MANY KNOTTINS are linear, but a number of cyclic knottins are known, and in 1999 Craik and colleagues named them "cyclotides," short for cyclic peptides. The first cyclotide, Kalata B1, was discovered in the early 1970s as an active ingredient in an herbal medicine used by African women as a childbirth aid. Its structure was not determined until 1995, also by Craik's group. Approximately 50 cyclotides are currently known, but Craik says that number will soon increase considerably. For instance, "a new study from my group will report more than 60 new cyclotides from a single plant species," he says.

"These miniproteins are extracted from plants using methanol, can be boiled and still retain biological activity, and are completely impervious to enzymes," he notes. "All of this is due to the combination of a head-to-tail cyclized backbone and the cystine knot, in which two disulfide bonds form an embedded ring that is threaded by a third disulfide bond," he adds. Cyclotides fall into two subclasses: Möbius strips, in which the chains are twisted, and bracelet types, in which they're untwisted (bracelet-like).

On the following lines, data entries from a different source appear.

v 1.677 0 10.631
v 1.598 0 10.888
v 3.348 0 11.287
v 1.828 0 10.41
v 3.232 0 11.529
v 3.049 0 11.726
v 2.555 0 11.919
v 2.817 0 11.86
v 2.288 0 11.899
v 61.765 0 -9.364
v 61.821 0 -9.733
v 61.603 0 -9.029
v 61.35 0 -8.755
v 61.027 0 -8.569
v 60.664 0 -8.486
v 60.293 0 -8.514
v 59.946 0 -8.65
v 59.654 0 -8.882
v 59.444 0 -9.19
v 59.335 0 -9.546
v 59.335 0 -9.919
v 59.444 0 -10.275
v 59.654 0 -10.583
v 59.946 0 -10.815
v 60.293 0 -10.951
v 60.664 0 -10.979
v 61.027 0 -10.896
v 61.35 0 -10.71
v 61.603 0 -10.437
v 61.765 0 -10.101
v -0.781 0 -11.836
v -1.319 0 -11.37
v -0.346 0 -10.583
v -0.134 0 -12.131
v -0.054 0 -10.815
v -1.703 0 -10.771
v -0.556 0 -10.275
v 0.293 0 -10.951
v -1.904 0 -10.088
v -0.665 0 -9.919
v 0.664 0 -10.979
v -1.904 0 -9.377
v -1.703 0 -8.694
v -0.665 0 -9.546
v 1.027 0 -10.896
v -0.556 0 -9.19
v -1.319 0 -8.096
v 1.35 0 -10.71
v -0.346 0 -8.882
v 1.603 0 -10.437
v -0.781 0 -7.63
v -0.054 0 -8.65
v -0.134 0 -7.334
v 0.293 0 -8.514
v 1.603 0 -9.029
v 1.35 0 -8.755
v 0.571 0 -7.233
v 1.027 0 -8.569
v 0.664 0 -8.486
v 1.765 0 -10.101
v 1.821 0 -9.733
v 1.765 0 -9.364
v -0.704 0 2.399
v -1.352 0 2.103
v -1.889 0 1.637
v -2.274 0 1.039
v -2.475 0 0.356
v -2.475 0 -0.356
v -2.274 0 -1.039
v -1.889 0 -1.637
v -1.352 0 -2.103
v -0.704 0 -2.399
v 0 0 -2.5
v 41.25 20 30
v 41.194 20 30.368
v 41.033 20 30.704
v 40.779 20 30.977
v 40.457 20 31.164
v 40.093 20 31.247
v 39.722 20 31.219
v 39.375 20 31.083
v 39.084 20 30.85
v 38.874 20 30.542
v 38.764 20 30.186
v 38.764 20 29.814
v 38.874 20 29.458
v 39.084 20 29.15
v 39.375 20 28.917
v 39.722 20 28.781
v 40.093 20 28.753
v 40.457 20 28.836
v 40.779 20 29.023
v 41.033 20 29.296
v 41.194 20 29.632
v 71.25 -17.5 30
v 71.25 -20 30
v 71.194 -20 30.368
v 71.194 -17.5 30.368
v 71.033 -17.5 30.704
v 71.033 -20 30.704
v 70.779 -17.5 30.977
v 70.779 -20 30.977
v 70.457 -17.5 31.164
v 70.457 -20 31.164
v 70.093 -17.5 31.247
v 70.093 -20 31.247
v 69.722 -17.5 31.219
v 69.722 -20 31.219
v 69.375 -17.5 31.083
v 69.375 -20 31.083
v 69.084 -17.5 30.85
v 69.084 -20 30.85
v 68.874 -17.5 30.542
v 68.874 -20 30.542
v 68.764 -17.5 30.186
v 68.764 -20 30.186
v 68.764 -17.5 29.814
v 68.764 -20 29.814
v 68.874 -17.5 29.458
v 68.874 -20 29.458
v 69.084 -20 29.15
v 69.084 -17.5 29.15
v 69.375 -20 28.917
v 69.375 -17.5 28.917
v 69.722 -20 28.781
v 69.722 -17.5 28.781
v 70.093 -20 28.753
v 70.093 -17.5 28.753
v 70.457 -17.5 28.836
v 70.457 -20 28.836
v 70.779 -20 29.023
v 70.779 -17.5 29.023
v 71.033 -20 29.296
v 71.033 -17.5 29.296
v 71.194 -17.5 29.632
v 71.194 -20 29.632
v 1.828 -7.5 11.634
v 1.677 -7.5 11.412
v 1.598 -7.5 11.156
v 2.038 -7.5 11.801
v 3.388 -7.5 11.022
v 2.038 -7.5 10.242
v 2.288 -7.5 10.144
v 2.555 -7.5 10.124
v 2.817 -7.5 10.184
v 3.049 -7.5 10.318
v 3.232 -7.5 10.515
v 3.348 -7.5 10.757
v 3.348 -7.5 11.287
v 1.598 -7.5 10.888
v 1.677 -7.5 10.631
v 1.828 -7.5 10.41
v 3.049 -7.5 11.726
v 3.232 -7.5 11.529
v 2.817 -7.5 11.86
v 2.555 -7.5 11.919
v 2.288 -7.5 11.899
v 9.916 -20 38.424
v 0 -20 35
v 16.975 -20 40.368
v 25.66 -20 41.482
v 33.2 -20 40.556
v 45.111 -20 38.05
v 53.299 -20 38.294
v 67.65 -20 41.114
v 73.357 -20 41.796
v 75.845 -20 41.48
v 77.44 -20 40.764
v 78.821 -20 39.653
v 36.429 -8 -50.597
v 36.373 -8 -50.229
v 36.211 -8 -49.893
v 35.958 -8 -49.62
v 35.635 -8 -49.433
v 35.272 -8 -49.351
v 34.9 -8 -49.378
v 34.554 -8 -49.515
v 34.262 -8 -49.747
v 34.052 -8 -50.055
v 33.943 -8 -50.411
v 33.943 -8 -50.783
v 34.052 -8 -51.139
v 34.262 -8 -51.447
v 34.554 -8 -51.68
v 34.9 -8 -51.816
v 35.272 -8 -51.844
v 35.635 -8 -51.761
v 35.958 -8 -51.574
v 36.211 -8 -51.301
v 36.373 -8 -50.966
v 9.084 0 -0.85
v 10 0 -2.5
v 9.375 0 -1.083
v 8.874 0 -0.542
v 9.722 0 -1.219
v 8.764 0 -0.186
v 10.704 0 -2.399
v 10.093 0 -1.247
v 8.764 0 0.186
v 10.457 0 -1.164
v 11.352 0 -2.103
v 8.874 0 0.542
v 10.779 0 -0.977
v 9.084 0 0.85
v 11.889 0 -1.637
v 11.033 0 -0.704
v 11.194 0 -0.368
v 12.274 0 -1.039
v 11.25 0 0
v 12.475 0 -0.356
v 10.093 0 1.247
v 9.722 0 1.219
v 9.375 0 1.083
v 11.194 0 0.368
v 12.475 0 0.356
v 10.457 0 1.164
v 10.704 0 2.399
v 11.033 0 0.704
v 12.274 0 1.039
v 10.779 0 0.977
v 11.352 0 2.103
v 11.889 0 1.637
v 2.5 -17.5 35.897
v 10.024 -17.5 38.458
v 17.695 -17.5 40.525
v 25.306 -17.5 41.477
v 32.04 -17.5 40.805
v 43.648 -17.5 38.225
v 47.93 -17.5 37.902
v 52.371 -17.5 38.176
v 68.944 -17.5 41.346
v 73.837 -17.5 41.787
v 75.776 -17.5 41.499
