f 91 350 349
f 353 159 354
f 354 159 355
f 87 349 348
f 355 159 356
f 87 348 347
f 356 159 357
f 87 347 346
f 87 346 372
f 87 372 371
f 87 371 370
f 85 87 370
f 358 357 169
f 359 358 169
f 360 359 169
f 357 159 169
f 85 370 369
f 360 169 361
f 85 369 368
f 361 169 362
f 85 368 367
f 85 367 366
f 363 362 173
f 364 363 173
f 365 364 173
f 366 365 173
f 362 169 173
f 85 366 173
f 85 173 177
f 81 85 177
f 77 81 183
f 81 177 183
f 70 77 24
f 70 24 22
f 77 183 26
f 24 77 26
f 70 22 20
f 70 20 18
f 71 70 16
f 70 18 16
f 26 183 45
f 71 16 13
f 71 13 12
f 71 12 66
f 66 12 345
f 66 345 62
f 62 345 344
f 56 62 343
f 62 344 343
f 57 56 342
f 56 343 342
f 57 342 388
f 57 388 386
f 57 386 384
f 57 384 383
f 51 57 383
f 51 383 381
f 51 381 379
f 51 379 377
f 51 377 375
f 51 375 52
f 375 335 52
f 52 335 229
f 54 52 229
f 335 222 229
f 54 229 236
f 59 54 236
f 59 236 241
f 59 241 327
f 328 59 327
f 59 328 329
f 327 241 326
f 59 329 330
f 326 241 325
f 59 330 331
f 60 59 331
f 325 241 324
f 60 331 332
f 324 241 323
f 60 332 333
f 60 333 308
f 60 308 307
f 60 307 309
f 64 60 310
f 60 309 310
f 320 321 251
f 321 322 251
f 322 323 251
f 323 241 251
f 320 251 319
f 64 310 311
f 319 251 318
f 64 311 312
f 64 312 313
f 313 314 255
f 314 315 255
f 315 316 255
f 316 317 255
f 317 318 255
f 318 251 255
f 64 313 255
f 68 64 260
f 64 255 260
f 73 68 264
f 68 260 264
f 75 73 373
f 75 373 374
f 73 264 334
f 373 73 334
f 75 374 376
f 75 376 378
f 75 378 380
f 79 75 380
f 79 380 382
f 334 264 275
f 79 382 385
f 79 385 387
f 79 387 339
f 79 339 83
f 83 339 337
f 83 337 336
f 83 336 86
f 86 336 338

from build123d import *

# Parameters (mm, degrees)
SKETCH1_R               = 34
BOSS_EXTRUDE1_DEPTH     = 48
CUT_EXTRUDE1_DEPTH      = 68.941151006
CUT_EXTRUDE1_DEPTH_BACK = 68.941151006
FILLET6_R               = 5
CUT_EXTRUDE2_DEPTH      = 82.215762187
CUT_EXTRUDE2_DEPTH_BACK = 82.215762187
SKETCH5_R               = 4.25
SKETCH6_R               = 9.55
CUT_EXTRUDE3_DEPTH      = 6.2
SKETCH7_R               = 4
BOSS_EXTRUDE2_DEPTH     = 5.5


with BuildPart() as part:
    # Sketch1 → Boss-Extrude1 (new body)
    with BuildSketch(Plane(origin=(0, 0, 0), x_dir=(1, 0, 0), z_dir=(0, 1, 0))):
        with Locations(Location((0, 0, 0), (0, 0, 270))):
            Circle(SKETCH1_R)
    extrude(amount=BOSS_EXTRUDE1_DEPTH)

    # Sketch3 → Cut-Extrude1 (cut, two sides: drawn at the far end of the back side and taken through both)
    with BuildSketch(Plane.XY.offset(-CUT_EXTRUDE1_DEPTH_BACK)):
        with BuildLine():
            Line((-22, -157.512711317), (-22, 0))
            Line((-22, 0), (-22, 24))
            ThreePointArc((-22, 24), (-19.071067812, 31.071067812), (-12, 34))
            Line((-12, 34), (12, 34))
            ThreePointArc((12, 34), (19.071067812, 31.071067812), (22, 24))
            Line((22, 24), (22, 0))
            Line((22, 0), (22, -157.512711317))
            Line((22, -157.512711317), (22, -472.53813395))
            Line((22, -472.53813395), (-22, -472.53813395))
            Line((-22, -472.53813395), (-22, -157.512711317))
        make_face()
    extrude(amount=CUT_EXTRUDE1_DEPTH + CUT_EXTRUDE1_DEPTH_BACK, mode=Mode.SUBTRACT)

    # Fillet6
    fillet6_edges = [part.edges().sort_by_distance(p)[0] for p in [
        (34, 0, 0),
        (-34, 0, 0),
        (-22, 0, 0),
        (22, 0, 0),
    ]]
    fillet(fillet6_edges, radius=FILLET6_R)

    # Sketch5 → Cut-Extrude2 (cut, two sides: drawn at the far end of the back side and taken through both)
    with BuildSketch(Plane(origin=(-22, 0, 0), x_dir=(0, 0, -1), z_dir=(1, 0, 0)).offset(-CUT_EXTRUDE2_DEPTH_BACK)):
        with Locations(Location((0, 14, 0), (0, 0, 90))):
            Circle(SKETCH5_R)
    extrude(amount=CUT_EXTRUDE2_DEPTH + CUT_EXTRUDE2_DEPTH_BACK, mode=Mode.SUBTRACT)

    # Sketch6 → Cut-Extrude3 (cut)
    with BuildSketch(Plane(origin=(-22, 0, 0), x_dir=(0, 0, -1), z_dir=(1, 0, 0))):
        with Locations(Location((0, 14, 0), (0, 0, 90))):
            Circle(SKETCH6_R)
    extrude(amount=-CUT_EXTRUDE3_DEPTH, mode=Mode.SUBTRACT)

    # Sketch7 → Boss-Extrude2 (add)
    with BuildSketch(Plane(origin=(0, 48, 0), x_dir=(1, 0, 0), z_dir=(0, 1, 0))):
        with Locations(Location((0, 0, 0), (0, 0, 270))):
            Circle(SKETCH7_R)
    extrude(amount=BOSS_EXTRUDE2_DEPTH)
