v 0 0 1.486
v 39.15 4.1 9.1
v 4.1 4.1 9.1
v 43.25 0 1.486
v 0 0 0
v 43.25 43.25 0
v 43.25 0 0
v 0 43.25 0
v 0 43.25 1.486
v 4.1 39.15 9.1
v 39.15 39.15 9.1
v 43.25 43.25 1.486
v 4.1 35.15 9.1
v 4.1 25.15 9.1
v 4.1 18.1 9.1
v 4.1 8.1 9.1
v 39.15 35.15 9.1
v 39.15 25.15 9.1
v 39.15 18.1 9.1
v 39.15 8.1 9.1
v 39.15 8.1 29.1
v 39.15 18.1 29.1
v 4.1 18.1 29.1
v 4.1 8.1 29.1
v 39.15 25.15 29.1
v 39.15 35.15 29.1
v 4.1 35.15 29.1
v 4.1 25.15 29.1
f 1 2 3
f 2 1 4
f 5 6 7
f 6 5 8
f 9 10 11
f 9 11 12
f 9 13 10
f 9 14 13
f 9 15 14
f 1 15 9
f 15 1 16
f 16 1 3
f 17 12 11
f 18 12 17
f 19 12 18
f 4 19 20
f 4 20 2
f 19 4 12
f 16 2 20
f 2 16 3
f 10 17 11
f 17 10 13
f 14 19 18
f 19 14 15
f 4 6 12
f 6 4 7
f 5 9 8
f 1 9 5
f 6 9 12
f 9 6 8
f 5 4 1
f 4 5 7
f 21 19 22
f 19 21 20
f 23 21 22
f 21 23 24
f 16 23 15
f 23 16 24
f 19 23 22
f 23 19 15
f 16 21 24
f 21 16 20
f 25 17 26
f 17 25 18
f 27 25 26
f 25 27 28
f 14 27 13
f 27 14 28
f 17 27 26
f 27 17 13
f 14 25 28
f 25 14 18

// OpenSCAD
// [FL_INDEX: keywords="openscad, 3d_parametric, Customizable_Phone_Tripod_Mount, csg_solid" | COT="Parametric OpenSCAD design from 3DCodeverse"]
// Title: Customizable Phone Tripod Mount

// Phone width in mm (iPhone4/S=9.3, iPhone5=7.6, iPhone6=7.05)
phone_width=7.05;

// Width of the base of your tripod mount
base_width=43.25;

// Height of the slanted area of your tripod mount
base_height=9.1;

// Difference in width between the base and top of the mount
base_inset=4.1;

// Difference in width between the base bottom width and width if it hadn't been chopped off
base_cutout = 0.8;

// Width of the holder bars
holder_width=10;

// Height of the holder bars
holder_height=20;

base_width_2 = base_width + base_cutout;

phone_width_2 = phone_width + 0.05; // add a tiny bit of extra so phone can slide in

union() {

// base
intersection() {
    //slanted cube
	polyhedron(points=[[-base_cutout,-base_cutout,0],
                   [base_inset,base_inset,base_height],
                   [-base_cutout,base_width+base_cutout,0],
                   [base_inset,base_width-base_inset,base_height],
                   [base_width+base_cutout,base_width+base_cutout,0],
                   [base_width-base_inset,base_width-base_inset,base_height],
                   [base_width+base_cutout,-base_cutout,0],
                   [base_width-base_inset,base_inset,base_height]],
           triangles=[[2,1,0],[1,2,3],[4,3,2],[3,4,5],[6,5,4],[5,6,7],[0,7,6],[7,0,1],
				     [4,2,0],[0,6,4],[1,3,5],[5,7,1]]
           );
	
	//whatever the bigger shape, clip it to base_width
	cube([base_width,base_width,50]);
}

// phone holder
translate([base_inset,base_width-base_width/2-holder_width-phone_width/2,base_height]) 
	cube([base_width-base_inset*2,holder_width,holder_height]);
translate([base_inset,base_width-base_width/2+phone_width/2,base_height])
	cube([base_width-base_inset*2,holder_width,holder_height]);

}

In a recent study, Craik's group found that the enzyme trypsin can be used to cyclize a peptide--the reverse of its better known role as a catalyst of peptide bond cleavage. The 14-unit peptide that was cyclized, sunflower trypsin inhibitor-1, is the smallest circular-peptide natural product and one of the most potent trypsin inhibitors ever found. It doesn't meet the structural requirements of a cyclotide, but the researchers believe that similar enzymatic processes may be the way cyclotides and other circular peptides and proteins are biosynthesized in general.

Besides Craik and coworkers, important contributions to cyclotide research have been made by a number of other groups, including those of Lars Bohlin, head of the department of medicinal chemistry at Uppsala University, Sweden; and Kirk R. Gustafson, principal investigator in the Molecular Targets Development Program at the National Cancer Institute, Frederick, Md.

Cyclotides have been found to have a range of bioactivities, from insecticidal, antimicrobial, and anti-HIV functions to neurotensin binding and hemolytic activity, suggesting potential therapeutic and agricultural applications.

To pursue such applications, Craik founded two companies--Kalthera and Cyclagen, both in Brisbane, Australia--as spin-offs of the Institute for Molecular Bioscience at the University of Queensland. Kalthera uses cyclization technology to stabilize peptide-based pharmaceuticals, either by cyclizing the peptides directly or by grafting them onto cyclotide-like protein frameworks. The company "is currently seeking partnerships with pharma and biotech companies for specific therapeutic applications," ranging from cancer (antiangiogenesis) and multiple sclerosis to inflammation, Craik says.

And Cyclagen hopes to exploit the natural insecticidal activity of cyclotides to protect crop plants from insect attack. Cyclagen researchers are transferring cyclotide genes into cotton to provide built-in protection against Heliothis pests, which cause up to 15% of preharvest destruction of cotton crops. The company is seeking partnerships with agbiotech firms for a variety of other crop applications as well.

Which just goes to show that circular reasoning can certainly have its advantages. In fact, when it comes to cyclized peptides and proteins, "there are endless possibilities, really," Craik says. "Sorry--I couldn't resist."